- Data provided -

====

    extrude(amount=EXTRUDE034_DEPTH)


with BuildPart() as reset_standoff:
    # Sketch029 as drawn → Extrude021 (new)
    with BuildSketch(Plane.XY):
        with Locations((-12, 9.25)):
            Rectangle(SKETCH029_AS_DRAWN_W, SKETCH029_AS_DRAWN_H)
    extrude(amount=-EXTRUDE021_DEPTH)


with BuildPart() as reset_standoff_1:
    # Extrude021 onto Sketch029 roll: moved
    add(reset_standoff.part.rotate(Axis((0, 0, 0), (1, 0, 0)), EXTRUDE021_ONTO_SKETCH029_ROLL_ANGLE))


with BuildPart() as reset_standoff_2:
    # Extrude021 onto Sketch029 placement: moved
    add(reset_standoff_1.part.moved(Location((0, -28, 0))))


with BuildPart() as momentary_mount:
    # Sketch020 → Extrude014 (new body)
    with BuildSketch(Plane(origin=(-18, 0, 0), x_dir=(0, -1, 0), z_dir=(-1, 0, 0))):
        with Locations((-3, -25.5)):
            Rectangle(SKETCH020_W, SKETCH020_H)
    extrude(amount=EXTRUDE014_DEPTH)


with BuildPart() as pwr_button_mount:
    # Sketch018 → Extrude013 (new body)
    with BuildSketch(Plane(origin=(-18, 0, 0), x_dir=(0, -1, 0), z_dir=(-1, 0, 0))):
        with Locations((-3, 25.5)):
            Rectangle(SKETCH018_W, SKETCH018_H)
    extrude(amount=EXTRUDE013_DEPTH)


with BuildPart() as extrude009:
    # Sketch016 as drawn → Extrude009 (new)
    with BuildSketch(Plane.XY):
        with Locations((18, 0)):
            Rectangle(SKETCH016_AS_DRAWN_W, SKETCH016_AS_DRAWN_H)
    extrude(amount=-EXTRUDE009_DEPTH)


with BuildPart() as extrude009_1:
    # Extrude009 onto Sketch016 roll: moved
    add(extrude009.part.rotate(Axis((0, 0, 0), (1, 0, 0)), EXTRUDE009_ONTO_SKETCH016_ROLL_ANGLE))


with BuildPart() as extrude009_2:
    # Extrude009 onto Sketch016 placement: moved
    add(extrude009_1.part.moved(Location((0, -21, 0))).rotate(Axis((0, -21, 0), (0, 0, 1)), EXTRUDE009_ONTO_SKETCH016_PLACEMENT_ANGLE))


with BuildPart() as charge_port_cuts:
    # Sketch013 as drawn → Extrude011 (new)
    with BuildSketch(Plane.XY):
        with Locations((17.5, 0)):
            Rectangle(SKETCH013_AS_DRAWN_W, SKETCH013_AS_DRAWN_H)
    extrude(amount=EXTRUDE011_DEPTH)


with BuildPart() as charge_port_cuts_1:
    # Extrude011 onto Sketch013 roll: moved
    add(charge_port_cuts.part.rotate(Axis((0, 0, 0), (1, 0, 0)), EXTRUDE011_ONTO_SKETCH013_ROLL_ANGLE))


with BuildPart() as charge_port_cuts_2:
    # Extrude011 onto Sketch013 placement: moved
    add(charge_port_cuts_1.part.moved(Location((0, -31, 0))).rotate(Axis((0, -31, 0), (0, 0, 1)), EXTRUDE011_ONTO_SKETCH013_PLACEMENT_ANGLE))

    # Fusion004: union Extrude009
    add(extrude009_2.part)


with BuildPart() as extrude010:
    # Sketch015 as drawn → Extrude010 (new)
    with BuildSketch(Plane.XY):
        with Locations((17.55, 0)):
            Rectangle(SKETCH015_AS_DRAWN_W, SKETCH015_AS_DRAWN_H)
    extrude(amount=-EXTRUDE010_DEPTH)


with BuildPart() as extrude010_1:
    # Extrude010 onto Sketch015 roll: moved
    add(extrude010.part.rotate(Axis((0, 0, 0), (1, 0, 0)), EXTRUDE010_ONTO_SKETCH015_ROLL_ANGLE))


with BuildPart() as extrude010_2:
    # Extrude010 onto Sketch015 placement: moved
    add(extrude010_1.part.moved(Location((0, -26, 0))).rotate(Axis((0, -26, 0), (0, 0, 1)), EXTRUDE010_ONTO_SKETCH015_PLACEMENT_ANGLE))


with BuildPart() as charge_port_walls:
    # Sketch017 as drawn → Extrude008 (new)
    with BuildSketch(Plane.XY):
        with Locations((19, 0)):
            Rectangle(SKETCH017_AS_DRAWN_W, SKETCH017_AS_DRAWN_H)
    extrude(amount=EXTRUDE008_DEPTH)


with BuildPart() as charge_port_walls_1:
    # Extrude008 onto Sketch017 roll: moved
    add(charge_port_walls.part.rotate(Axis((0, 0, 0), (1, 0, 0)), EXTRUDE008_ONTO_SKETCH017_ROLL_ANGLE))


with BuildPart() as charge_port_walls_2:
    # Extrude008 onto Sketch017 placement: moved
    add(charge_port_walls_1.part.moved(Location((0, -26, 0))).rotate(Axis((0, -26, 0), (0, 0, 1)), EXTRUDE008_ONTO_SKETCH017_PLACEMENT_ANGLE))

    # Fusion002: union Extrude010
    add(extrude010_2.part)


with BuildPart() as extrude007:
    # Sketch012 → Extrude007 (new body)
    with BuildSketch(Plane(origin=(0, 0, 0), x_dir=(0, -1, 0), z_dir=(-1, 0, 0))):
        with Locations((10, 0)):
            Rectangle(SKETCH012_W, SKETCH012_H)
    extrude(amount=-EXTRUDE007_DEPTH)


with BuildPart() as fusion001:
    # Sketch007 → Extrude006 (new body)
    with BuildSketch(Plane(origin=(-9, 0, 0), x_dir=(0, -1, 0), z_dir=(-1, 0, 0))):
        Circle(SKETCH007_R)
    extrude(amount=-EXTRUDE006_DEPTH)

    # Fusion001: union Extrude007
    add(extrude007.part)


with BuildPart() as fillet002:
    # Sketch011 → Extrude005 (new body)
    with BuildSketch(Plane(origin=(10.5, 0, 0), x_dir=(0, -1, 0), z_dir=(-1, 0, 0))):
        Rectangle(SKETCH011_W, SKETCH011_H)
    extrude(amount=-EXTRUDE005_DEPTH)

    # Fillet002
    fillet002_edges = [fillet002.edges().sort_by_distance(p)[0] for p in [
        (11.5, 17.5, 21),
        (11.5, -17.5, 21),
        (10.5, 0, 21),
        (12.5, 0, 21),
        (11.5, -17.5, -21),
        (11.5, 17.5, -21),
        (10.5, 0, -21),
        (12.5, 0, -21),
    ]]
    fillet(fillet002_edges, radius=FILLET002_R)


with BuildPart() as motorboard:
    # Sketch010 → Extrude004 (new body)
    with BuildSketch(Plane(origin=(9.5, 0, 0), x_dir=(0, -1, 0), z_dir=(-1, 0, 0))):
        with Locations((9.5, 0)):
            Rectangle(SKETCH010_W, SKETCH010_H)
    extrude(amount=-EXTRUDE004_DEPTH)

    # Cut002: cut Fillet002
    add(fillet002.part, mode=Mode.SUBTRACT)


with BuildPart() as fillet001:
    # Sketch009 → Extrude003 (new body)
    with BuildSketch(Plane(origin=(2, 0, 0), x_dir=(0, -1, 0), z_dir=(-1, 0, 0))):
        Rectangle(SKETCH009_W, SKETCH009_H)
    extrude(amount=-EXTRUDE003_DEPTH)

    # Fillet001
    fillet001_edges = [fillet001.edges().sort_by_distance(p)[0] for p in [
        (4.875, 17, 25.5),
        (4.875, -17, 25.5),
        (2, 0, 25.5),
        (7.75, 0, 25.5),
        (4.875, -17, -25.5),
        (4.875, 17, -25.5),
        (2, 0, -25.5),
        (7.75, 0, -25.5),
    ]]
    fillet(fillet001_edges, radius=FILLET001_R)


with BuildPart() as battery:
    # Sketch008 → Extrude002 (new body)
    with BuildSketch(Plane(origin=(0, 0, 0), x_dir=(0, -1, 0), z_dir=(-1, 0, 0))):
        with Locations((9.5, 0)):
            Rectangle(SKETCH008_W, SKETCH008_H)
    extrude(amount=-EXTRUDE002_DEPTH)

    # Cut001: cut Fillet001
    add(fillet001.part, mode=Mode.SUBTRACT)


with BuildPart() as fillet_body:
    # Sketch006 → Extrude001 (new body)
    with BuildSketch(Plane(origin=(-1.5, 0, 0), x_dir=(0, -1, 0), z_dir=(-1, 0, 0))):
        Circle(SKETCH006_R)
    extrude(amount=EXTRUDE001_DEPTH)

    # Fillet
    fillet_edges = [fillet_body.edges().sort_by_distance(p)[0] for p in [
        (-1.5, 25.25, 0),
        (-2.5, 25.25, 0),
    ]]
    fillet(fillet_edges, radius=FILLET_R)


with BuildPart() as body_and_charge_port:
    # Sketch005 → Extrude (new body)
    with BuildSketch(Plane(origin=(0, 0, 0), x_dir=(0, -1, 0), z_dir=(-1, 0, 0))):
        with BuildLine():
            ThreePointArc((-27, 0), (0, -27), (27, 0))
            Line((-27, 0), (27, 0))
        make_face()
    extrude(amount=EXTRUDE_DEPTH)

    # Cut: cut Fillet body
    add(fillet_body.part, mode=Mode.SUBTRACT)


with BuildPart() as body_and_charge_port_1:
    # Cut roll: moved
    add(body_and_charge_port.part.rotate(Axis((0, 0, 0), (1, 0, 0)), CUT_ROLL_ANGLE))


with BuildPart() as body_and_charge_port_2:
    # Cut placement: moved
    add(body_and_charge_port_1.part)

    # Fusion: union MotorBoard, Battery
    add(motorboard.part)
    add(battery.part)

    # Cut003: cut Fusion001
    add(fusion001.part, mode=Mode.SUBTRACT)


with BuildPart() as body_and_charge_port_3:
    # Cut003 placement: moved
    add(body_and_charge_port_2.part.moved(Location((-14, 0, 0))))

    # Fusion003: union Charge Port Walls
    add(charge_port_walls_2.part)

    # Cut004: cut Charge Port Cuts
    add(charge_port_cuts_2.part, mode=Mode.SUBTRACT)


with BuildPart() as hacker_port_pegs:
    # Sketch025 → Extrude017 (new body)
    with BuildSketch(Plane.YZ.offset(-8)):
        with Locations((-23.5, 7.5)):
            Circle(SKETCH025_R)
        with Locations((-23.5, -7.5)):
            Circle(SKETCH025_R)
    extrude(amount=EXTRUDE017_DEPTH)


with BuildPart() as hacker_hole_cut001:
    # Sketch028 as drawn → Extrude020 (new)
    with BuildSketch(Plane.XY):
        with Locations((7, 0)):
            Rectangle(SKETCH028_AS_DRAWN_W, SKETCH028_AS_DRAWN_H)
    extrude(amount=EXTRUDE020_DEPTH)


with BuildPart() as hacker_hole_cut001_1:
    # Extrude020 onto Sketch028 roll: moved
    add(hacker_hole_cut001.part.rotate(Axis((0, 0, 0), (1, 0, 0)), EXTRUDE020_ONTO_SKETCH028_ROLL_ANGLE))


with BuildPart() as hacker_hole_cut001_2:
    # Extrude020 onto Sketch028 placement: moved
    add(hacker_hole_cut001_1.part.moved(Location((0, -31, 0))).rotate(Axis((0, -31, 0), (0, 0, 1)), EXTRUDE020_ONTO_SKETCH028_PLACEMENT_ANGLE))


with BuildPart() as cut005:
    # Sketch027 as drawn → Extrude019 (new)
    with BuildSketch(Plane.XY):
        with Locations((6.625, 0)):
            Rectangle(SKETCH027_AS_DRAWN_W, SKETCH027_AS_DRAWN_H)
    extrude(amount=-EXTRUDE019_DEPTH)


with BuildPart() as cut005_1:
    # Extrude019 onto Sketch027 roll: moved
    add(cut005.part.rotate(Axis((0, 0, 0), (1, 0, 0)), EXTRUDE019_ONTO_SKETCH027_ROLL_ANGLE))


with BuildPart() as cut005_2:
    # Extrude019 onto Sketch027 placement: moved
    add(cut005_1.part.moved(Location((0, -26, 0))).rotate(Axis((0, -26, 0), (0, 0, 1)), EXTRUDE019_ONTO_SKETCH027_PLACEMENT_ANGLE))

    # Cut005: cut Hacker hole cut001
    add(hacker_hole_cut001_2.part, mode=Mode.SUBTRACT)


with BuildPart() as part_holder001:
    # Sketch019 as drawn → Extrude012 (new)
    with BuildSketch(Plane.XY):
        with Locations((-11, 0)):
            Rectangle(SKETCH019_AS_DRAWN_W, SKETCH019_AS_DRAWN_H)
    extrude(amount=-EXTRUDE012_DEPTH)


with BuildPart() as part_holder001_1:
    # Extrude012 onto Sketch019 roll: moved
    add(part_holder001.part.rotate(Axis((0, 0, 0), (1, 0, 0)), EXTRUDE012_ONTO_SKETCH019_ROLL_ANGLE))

====

- Problem requirements -
From the material above, set down exactly the lines between the line holding "Rectangle(SKETCH010_W, SKETCH010_H)" and the line holding "# Sketch006 → Extrude001 (new body)", inclusive. Include nothing else.

- Response -
            Rectangle(SKETCH010_W, SKETCH010_H)
    extrude(amount=-EXTRUDE004_DEPTH)

    # Cut002: cut Fillet002
    add(fillet002.part, mode=Mode.SUBTRACT)


with BuildPart() as fillet001:
    # Sketch009 → Extrude003 (new body)
    with BuildSketch(Plane(origin=(2, 0, 0), x_dir=(0, -1, 0), z_dir=(-1, 0, 0))):
        Rectangle(SKETCH009_W, SKETCH009_H)
    extrude(amount=-EXTRUDE003_DEPTH)

    # Fillet001
    fillet001_edges = [fillet001.edges().sort_by_distance(p)[0] for p in [
        (4.875, 17, 25.5),
        (4.875, -17, 25.5),
        (2, 0, 25.5),
        (7.75, 0, 25.5),
        (4.875, -17, -25.5),
        (4.875, 17, -25.5),
        (2, 0, -25.5),
        (7.75, 0, -25.5),
    ]]
    fillet(fillet001_edges, radius=FILLET001_R)


with BuildPart() as battery:
    # Sketch008 → Extrude002 (new body)
    with BuildSketch(Plane(origin=(0, 0, 0), x_dir=(0, -1, 0), z_dir=(-1, 0, 0))):
        with Locations((9.5, 0)):
            Rectangle(SKETCH008_W, SKETCH008_H)
    extrude(amount=-EXTRUDE002_DEPTH)

    # Cut001: cut Fillet001
    add(fillet001.part, mode=Mode.SUBTRACT)


with BuildPart() as fillet_body:
    # Sketch006 → Extrude001 (new body)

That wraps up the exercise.